不管钟毓是男是女,只要遇到了这个人,他就都会心动。
可能他前面那么多年,都是在等这个人,钟毓出现了,他就喜欢了。
“我可以跟着你吗?”他明知故问地说。
对此,钟毓只给了他一个白眼。
“那你会怕我这样跟着你吗?”
这回钟毓连个眼神都没给他。
“那我就跟着你。”江逾白自问自答。
实际上他本来不想这么做,他很怕钟毓会讨厌自己,但刚才在酒吧,那个叫沈家欢的酒保叫住了他。
“你等会儿有事吗?”对方问他。
江逾白看着他:“我是不是应该说没有?”
沈家欢点了点头,很满意似的拍了拍他的肩膀:“很好,孺子可教也,小鬼,组织看好你,现在要交给你一个非常重要的任务。”
“什么?”江逾白莫名其妙。
“少年,你很会打架对吧?”
那天他在酒吧揍了一个酒鬼,很多人都看见了,当然也包括沈家欢,江逾白便没有隐瞒:“会,我练过拳击。”

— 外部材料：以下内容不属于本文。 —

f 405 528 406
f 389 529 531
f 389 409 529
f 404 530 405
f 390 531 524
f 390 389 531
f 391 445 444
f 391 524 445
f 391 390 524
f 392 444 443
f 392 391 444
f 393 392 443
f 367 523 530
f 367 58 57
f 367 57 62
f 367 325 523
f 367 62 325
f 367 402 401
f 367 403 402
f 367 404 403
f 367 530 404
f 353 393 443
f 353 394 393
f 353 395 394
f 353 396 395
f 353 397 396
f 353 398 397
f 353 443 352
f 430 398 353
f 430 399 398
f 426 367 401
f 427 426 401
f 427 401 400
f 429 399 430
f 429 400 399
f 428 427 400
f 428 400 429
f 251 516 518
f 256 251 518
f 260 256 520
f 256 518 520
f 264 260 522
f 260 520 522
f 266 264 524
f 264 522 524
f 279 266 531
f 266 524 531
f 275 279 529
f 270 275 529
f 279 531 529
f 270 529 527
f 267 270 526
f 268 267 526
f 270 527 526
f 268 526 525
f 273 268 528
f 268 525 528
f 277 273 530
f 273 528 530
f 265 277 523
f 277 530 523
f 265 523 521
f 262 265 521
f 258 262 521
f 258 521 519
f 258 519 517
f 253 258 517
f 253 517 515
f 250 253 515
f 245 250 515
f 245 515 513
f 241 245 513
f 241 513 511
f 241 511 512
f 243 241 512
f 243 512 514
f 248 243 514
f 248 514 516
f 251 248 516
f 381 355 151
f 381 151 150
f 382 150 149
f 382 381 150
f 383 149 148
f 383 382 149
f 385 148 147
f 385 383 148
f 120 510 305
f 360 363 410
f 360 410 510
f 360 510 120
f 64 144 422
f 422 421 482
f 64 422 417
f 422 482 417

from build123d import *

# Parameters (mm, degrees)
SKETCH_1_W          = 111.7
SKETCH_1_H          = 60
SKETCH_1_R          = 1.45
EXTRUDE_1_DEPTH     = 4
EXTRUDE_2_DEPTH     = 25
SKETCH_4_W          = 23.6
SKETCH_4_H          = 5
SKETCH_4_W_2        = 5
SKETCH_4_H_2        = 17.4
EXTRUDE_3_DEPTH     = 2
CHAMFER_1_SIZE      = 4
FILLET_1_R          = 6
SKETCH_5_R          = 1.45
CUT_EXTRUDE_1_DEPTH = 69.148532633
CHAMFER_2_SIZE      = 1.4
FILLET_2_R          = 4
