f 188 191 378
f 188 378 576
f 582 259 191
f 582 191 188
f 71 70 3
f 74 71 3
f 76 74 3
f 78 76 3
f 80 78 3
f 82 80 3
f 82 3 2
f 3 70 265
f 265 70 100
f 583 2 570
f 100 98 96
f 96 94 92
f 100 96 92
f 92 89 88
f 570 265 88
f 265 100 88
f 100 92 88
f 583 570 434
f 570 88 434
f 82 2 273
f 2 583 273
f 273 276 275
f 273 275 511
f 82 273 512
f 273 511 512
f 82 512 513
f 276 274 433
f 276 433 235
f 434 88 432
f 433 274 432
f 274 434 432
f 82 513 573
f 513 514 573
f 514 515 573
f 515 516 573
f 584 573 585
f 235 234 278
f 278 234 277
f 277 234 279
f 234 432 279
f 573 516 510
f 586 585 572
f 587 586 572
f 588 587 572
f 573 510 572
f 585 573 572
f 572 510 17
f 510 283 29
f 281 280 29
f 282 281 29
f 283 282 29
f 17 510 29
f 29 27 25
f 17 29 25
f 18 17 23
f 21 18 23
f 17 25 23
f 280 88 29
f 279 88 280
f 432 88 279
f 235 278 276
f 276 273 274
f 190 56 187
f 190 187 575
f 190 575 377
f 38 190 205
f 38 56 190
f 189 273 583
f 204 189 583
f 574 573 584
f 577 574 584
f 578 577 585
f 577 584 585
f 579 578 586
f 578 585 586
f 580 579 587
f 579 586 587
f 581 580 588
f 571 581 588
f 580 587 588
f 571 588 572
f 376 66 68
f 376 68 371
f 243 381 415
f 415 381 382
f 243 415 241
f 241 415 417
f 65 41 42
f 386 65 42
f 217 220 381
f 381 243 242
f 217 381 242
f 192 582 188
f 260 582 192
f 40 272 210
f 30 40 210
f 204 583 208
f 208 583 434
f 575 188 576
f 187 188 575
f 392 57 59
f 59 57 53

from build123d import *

沈家欢看着更满意了:“那就送钟毓回家。我说的回家是指看着他进屋,不用太久,就这两天、就这周吧。”
江逾白更莫名其妙了。他倒是很想送钟毓回家,但钟毓肯定不让啊。
“他会不高兴。”江逾白老老实实地说。
“在这件事上别管他同不同意,高不高兴,你就照我说的做,我是他朋友,不会害他的,但你要是不这么做,说不定你会后悔。”
“少年,这是组织对你的考验,要是经受得住这份考验,前途无限。”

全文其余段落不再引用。